36ème session de l'Assemblée parlementaire paritaire ACP-UE

La 36ème session de l'Assemblée parlementaire paritaire ACP-UE se tiendra du 3 au 5 décembre 2018 à Cotonou (Bénin). Elle sera précédée de réunions des trois commissions permanentes et du Bureau les 1er et 2 décembre 2018.
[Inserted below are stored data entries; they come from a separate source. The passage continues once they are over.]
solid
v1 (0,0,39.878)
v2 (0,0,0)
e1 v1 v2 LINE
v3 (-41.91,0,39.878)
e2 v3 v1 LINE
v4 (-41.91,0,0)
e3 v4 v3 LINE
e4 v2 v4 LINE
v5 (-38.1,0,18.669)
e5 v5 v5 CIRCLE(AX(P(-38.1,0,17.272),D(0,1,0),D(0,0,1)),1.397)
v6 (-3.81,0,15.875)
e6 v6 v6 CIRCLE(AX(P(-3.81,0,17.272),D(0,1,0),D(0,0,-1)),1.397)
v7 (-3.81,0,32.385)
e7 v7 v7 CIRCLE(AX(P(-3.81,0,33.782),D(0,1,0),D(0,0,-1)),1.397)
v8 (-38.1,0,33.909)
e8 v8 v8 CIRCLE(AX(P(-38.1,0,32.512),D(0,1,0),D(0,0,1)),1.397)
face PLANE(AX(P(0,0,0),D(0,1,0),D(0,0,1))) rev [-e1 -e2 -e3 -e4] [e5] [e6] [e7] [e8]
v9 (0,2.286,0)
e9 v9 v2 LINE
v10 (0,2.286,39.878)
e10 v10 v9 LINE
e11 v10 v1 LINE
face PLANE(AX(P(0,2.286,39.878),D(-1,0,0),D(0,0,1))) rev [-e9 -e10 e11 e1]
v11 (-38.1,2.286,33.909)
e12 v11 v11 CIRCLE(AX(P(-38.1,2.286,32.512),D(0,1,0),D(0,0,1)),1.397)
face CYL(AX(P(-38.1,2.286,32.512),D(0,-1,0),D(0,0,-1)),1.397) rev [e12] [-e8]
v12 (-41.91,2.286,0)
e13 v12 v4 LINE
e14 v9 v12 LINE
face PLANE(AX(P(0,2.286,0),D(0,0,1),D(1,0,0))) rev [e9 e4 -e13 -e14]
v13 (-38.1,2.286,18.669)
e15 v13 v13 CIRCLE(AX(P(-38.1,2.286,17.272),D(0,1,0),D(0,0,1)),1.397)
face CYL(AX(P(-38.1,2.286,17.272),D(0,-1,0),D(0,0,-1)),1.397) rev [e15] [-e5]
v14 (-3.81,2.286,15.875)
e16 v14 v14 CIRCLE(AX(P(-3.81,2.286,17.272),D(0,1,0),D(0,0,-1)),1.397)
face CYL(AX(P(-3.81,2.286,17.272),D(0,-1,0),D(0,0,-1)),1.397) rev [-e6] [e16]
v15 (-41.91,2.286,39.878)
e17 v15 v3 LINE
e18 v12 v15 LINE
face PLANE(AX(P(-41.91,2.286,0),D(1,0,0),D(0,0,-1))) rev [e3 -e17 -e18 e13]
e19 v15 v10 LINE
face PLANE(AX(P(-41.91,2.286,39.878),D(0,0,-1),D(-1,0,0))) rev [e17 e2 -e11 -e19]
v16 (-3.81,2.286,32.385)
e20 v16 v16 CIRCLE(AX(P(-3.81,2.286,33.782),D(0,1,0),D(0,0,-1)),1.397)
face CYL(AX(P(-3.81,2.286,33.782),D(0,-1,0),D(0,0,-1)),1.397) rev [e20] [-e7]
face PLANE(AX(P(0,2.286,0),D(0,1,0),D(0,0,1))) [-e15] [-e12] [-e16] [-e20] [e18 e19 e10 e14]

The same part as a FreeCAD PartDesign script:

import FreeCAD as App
import Part
import Sketcher

V = App.Vector
Q = App.Units.Quantity

doc = App.newDocument("Part")
body = doc.addObject("PartDesign::Body", "Body")

# Sketch on XZ plane
sketch1 = body.newObject("Sketcher::SketchObject", "Sketch")
sketch1.AttachmentSupport = (doc.getObject("XZ_Plane"), [""])
sketch1.MapMode = "FlatFace"
sketch1.addGeometry(Part.LineSegment(V(-41.9, 0, 0), V(-41.9, 39.9, 0)), False)
sketch1.addGeometry(Part.LineSegment(V(-41.9, 39.9, 0), V(0, 39.9, 0)), False)
sketch1.addGeometry(Part.LineSegment(V(0, 39.9, 0), V(0, 0, 0)), False)
sketch1.addGeometry(Part.LineSegment(V(0, 0, 0), V(-41.9, 0, 0)), False)
sketch1.addGeometry(Part.Circle(V(-38.1, 32.5, 0), V(0, 0, 1), 1.4), False)
sketch1.addGeometry(Part.Circle(V(-3.8, 33.8, 0), V(0, 0, 1), 1.4), False)
sketch1.addGeometry(Part.Circle(V(-38.1, 17.3, 0), V(0, 0, 1), 1.4), False)
sketch1.addGeometry(Part.Circle(V(-3.8, 17.3, 0), V(0, 0, 1), 1.4), False)
sketch1.addConstraint(Sketcher.Constraint("Coincident", 0, 2, 1, 1))
sketch1.addConstraint(Sketcher.Constraint("Coincident", 1, 2, 2, 1))
sketch1.addConstraint(Sketcher.Constraint("Coincident", 2, 2, 3, 1))
sketch1.addConstraint(Sketcher.Constraint("Coincident", 3, 2, 0, 1))
sketch1.addConstraint(Sketcher.Constraint("Vertical", 0))
sketch1.addConstraint(Sketcher.Constraint("Horizontal", 1))
sketch1.addConstraint(Sketcher.Constraint("Vertical", 2))
sketch1.addConstraint(Sketcher.Constraint("Horizontal", 3))
sketch1.addConstraint(Sketcher.Constraint("Coincident", 2, 2, -1, 1))
sketch1.addConstraint(Sketcher.Constraint("Equal", 4, 5))
sketch1.addConstraint(Sketcher.Constraint("Equal", 5, 6))
sketch1.addConstraint(Sketcher.Constraint("Equal", 6, 7))
sketch1.addConstraint(Sketcher.Constraint("Horizontal", 6, 3, 7, 3))
sketch1.addConstraint(Sketcher.Constraint("Vertical", 4, 3, 6, 3))
sketch1.addConstraint(Sketcher.Constraint("Vertical", 5, 3, 7, 3))
sketch1.addConstraint(Sketcher.Constraint("Diameter", 4, Q("0.11 in")))
sketch1.addConstraint(Sketcher.Constraint("DistanceX", 1, 1, 1, 2, Q("1.65 in")))
sketch1.addConstraint(Sketcher.Constraint("DistanceY", 0, 1, 0, 2, Q("1.57 in")))
sketch1.addConstraint(Sketcher.Constraint("DistanceX", 4, 3, -1, 1, Q("1.5 in")))
sketch1.addConstraint(Sketcher.Constraint("DistanceY", 6, 3, 4, 3, Q("0.6 in")))
sketch1.addConstraint(Sketcher.Constraint("DistanceX", 0, 2, 5, 3, Q("1.5 in")))
sketch1.addConstraint(Sketcher.Constraint("DistanceY", -1, 1, 4, 3, Q("1.28 in")))
sketch1.addConstraint(Sketcher.Constraint("DistanceY", -1, 1, 5, 3, Q("1.33 in")))
pad1 = body.newObject("PartDesign::Pad", "Pad")
pad1.Profile = sketch1
pad1.Length = Q("0.09 in")
pad1.Reversed = True

doc.recompute()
L’après-Cotonou: les perspectives du futur partenariat ACP-UE après 2020 L’accord de partenariat de Cotonou conclu entre l’Union européenne et 78 pays d’Afrique, des Caraïbes et du Pacifique viendra à échéance en février 2020. Les négociations pour un partenariat «post-Cotonou» ont débuté officiellement le 28 septembre et les premières réunions techniques ont eu lieu le 18 octobre. Le partenariat ACPUE, qui concerne un cinquième de la population mondiale, a une dimension politique et traite de développement et de coopération économique. Le monde a considérablement évolué depuis l’entrée en vigueur de l’accord de Cotonou, et le nouvel accord doit être modernisé en conséquence. En s’ appuyant sur les enseignements de 43 ans de coopération et en tirant le meilleur parti des circonstances nouvelles, le prochain accord peut ouvrir des perspectives sans précédent, notamment en matière de croissance et de création d’emplois, de développement humain, de paix et d’une meilleure gestion des questions de sécurité, de changement climatique et de migration. Le discours d’ouverture de cette session portera dès lors sur le partenariat «post-Cotonou». Le débat sera ouvert par Maurizio Carbone, professeur à l’université de Glasgow et spécialiste des relations internationales et du développement. L’implication concrète de la communauté internationale dans la lutte contre le terrorisme au Sahel Dans le Sahel, le terrorisme et l’ extrémisme prolifèrent à un rythme alarmant. Le nombre d’incidents djihadistes violents a augmenté de plus de 300 % entre 2010 et 2017. Bien que les Nations unies, la France et le G5 Sahel (Burkina Faso, Tchad, Mali, Mauritanie et Niger) se soient efforcés de lutter contre le terrorisme, le succès de ces efforts a été limité par le manque de financements et de capacité organisationnelle. Les acteurs internationaux eux-mêmes deviennent de plus en plus la cible de l’extrémisme: 150 membres des forces de maintien de la paix des Nations unies ont été tués au Mali dans l’exercice de leurs fonctions pour la MINUSMA. Bien que les groupes djihadistes restent morcelés, ils continueront de représenter une menace majeure tant que la combinaison funeste de pauvreté, chômage et changement climatique qui prévaut au Sahel ne sera pas défaite.